- Directed by: Tope Adebayo
- Written by: Ibrahim Yekini
- Produced by: Ibrahim Yekini
- Starring: Femi Adebayo; Ibrahim Yekini; Adebayo Salami; Muyiwa Ademola; Akin Olaiya; Kemi Afolabiq; Toyin Abraham; Kelvin Ikeduba; Fadeke Adesanya; Rafiu Afolabi; Aremu Afolayan; Fakolade Ajanaku; Otunba Ajibike;
- Release date: 2018;
- Country: Nigeria
- Languages: Yoruba and English

= Kesari (2018 film) =

Kesari is a 2018 Nigerian Yoruba-language action film produced by Ibrahim Yekini.

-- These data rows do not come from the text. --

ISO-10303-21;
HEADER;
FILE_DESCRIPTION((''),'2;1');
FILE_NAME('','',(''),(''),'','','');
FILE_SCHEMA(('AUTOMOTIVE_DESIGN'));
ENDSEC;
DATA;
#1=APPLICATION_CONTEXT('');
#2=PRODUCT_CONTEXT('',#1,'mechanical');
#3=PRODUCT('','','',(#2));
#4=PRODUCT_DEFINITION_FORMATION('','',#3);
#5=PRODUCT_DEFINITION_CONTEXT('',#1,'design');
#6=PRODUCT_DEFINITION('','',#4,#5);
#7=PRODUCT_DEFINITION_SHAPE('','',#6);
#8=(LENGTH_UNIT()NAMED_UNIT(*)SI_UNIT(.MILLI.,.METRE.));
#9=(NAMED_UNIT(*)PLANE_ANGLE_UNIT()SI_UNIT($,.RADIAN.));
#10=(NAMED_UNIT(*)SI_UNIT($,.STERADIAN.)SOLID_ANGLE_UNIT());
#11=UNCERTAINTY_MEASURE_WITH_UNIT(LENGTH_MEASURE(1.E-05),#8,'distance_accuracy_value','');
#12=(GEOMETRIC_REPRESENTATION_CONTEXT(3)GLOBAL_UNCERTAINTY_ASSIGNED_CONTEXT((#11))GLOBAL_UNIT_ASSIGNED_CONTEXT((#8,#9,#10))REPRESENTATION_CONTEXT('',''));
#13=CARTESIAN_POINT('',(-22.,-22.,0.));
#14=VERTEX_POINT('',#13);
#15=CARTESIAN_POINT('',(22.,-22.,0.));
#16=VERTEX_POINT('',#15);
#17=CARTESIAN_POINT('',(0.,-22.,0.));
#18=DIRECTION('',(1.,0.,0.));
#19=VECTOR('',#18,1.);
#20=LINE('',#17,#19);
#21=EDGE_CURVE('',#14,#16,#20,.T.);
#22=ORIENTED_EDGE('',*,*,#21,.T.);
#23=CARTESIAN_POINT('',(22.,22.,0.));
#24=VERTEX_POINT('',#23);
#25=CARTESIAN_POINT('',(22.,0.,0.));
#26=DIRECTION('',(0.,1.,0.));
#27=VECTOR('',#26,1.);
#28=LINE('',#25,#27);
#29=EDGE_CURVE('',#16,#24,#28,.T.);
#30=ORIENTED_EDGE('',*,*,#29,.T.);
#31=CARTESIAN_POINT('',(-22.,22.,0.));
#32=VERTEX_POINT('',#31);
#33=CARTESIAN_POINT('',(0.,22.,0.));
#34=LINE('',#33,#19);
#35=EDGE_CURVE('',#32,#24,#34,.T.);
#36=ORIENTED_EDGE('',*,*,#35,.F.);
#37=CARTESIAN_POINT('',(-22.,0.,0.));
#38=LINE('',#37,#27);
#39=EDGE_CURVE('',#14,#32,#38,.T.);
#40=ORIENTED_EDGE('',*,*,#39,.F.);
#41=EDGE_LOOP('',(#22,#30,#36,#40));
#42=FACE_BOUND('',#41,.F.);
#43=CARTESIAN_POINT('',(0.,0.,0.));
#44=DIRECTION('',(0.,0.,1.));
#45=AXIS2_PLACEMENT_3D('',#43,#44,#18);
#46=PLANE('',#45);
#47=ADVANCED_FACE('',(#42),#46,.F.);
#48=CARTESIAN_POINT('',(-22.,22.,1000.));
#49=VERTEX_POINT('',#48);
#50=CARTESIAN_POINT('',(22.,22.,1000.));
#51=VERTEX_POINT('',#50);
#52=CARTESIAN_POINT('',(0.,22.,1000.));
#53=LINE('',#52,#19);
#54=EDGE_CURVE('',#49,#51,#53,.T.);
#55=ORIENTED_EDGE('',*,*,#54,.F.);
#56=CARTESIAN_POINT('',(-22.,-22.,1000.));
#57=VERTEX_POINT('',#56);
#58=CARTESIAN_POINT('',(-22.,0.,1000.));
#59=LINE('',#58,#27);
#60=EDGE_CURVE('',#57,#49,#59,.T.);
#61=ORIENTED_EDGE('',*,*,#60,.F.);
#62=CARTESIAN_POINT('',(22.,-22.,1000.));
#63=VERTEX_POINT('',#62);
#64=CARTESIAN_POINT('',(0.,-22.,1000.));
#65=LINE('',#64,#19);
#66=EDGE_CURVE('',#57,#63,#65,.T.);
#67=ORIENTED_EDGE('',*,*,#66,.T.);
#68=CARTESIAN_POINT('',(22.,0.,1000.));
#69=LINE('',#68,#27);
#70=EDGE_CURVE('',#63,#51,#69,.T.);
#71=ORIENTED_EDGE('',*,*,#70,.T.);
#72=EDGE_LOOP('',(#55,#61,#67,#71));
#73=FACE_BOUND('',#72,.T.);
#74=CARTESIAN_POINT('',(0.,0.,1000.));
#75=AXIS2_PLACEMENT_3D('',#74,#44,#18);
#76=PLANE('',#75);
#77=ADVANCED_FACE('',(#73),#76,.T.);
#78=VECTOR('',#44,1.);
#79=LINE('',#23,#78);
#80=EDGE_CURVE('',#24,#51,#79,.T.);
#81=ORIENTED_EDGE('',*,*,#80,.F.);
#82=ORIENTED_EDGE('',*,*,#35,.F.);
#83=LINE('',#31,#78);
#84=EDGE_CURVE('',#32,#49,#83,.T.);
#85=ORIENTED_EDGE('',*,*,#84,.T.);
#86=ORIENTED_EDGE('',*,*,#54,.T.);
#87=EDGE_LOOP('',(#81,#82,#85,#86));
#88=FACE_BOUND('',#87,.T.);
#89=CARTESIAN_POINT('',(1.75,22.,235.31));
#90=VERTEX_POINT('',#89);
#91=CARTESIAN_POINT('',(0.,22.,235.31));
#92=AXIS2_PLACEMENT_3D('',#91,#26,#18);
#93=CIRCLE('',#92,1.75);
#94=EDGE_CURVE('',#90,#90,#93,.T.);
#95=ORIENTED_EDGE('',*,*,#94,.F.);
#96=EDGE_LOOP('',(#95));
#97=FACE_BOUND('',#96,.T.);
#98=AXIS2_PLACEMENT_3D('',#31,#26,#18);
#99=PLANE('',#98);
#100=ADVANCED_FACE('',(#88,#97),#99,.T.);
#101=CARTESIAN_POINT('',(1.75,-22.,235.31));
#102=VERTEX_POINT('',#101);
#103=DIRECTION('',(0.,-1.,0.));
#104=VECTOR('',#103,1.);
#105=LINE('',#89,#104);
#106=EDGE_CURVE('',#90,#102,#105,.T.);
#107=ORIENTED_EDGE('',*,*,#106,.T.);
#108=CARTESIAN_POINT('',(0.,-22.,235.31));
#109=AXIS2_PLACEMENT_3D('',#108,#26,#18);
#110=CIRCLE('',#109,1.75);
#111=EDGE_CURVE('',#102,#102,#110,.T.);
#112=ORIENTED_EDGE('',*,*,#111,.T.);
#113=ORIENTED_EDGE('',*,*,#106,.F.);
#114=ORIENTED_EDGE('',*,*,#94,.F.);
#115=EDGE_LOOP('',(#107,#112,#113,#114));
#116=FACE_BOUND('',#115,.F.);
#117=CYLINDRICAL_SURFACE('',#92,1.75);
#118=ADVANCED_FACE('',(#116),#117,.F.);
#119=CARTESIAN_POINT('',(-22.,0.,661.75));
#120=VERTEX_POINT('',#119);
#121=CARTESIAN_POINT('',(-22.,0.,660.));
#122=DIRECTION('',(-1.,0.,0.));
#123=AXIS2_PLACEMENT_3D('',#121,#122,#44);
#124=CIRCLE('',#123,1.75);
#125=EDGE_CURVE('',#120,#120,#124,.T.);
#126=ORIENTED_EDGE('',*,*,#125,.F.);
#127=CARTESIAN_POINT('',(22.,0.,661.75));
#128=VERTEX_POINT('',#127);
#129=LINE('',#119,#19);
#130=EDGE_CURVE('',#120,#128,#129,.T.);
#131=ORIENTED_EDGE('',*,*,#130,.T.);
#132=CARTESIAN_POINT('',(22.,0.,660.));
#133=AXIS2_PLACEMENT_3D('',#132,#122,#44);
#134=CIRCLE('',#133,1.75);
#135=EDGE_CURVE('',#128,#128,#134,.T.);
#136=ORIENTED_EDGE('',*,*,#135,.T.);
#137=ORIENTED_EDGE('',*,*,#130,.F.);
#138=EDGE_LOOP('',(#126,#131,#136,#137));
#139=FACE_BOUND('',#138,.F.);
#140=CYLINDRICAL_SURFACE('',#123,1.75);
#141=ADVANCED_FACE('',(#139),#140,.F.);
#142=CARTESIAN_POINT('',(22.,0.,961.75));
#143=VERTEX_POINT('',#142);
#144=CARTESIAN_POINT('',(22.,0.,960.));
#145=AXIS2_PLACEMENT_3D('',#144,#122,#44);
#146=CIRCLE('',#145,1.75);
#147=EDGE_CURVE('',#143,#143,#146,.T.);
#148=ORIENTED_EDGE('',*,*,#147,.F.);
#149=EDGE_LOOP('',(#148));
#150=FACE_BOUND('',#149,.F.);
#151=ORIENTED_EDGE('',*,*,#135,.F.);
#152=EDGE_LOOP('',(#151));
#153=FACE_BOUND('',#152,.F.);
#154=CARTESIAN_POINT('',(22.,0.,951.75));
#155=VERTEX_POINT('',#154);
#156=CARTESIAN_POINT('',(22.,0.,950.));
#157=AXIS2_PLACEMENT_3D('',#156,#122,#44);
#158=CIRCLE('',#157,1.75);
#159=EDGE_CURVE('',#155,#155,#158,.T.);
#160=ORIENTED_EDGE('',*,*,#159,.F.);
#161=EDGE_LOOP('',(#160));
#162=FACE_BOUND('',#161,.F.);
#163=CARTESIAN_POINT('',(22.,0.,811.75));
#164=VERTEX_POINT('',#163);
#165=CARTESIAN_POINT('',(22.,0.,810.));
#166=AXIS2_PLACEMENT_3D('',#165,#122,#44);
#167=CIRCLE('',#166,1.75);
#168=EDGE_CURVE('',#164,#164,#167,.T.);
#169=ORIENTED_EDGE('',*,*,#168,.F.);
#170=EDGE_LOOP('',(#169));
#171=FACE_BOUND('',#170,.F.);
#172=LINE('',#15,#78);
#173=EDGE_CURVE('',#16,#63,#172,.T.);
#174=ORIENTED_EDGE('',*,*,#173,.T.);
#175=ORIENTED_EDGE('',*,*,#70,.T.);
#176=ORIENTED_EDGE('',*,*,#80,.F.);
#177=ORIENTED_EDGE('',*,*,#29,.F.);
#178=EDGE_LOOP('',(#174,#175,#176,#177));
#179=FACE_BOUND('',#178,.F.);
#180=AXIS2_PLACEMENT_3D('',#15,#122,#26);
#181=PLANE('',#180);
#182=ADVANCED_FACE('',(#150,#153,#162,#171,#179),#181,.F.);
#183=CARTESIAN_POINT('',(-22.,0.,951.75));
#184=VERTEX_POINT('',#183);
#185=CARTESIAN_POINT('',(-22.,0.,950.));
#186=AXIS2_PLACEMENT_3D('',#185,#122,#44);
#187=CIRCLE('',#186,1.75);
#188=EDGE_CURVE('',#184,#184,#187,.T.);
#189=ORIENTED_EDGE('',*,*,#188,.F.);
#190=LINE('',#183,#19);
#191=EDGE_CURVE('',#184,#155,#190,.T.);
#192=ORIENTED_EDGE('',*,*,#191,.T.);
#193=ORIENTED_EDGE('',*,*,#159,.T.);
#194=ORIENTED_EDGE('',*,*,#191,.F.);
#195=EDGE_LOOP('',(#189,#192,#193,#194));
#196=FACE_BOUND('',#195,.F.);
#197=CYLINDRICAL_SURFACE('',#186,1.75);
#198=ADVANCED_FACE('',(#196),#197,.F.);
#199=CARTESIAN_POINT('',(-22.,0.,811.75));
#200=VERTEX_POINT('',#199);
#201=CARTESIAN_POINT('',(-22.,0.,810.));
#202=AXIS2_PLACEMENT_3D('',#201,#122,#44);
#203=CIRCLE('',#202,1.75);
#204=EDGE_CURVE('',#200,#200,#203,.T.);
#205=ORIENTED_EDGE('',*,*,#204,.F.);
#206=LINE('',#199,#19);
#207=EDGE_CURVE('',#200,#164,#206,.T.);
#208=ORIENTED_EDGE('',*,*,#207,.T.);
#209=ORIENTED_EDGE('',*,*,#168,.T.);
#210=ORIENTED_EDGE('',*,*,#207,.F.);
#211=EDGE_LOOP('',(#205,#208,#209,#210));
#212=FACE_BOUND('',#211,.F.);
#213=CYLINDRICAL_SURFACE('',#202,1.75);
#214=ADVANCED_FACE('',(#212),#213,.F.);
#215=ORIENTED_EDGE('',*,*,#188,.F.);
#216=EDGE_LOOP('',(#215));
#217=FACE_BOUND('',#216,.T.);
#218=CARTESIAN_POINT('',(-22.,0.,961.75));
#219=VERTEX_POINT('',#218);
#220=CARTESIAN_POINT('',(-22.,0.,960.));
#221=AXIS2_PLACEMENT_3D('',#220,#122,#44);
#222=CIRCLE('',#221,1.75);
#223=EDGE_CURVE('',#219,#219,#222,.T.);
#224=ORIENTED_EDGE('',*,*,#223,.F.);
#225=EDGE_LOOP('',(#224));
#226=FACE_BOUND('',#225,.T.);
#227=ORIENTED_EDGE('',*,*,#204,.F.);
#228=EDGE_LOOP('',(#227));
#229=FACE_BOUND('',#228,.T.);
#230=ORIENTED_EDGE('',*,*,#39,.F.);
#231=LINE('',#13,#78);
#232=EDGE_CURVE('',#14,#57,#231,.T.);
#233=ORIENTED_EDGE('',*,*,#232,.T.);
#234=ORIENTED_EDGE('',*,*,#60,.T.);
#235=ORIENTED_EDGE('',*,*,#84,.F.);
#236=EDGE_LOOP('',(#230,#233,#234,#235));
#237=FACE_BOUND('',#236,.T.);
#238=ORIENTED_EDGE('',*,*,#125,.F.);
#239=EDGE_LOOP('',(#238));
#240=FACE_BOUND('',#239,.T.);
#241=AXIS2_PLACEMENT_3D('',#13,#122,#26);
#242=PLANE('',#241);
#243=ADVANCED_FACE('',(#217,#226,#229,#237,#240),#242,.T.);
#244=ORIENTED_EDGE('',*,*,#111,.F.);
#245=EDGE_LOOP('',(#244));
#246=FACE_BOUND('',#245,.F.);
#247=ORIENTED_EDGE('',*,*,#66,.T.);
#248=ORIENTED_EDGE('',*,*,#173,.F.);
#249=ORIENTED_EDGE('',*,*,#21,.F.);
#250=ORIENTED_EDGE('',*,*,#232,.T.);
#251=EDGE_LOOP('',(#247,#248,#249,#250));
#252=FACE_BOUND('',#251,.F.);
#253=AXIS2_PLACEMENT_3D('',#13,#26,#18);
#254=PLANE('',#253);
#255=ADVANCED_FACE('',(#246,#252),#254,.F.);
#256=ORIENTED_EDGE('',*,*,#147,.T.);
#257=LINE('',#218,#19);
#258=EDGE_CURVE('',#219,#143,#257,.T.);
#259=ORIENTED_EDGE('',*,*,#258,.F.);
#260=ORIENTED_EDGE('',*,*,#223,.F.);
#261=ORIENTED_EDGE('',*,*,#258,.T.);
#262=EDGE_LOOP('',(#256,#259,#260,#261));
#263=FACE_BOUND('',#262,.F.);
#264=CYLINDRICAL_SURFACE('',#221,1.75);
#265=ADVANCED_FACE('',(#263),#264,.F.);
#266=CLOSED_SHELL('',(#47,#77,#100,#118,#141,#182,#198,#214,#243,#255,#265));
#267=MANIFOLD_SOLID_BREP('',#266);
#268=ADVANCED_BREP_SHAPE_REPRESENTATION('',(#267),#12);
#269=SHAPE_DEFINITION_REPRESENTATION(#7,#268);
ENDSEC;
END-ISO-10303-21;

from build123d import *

# Parameters (mm, degrees)
ESQUISSE1_W             = 44
ESQUISSE1_H             = 44
BOSS_EXTRU_1_DEPTH      = 1000
ESQUISSE2_R             = 1.75
ENL_V_MAT_EXTRU_1_DEPTH = 44
ESQUISSE3_R             = 1.75
ENL_V_MAT_EXTRU_2_DEPTH = 44


with BuildPart() as part:
    # Esquisse1 → Boss.-Extru.1 (new body)
    with BuildSketch(Plane.XY):
        Rectangle(ESQUISSE1_W, ESQUISSE1_H)
    extrude(amount=BOSS_EXTRU_1_DEPTH)

    # Esquisse2 → Enlèv. mat.-Extru.1 (cut)
    with BuildSketch(Plane.ZY.offset(22)):
        with Locations((950, 0)):
            Circle(ESQUISSE2_R)
        with Locations((960, 0)):
            Circle(ESQUISSE2_R)
        with Locations((810, 0)):
            Circle(ESQUISSE2_R)
        with Locations((660, 0)):
            Circle(ESQUISSE2_R)
    extrude(amount=-ENL_V_MAT_EXTRU_1_DEPTH, mode=Mode.SUBTRACT)

    # Esquisse3 → Enlèv. mat.-Extru.2 (cut)
    with BuildSketch(Plane(origin=(0, 22, 0), x_dir=(1, 0, 0), z_dir=(0, 1, 0))):
        with Locations((0, -235.31)):
            Circle(ESQUISSE3_R)
    extrude(amount=-ENL_V_MAT_EXTRU_2_DEPTH, mode=Mode.SUBTRACT)


solid = part.part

It was directed by Tope Adebayo.

== Synopsis ==
A tough robber armed with charms meets his match in an efficient policeman.

== Cast ==

- Femi Adebayo as Yayi
- Ibrahim Yekini as Kesari
- Akin Olaiya as Bally
- Kemi Afolabi as Amoke
- Adebayo Salami
- Muyiwa Ademola
- Toyin Abraham
- Antar Laniyan
- Bimbo Akintola Odunlade
- Tope Adebayo as Laru
- Fadeke Adesanya as Police Officer
- Rafiu Afolabi as Young Kesari
- Aremu Afolayan as Lexy
- Fakolade Ajanaku as Ifayiwola
- Otunba Ajibike as Babalawo
- Kemi Apesin as Jimi
- Kazeem Bello as Police Officer
- Ojumola Bello as Police Officer
- Dammy Faniyi as Driver
- Kevin Ikeduba as Sky
- Abimbola Kazeem as Jaiye
- Blessing Ugu Okoye as D.P.O.
- Alade Omolade as Police Officer
- Temitope Sholaja as Shade
- Olotu Yusuff as Police Officer

== Production ==
In an interview, writer and producer Ibrahim Yekini said that the film was inspired by the action scenes he saw in the 2018 superhero film Black Panther.

== Awards ==
The film won Best Movie and Best Producer of the year in the Yoruba category at the 2019 City People Entertainment Awards.

== Sequels ==
The film has received three sequels: Kesari 2, Return of Kesari, and Return of Kesari 2. Yekini won Best Actor in a Leading Role (Yoruba) at the 2019 Best of Nollywood Awards for his role in Return of Kesari.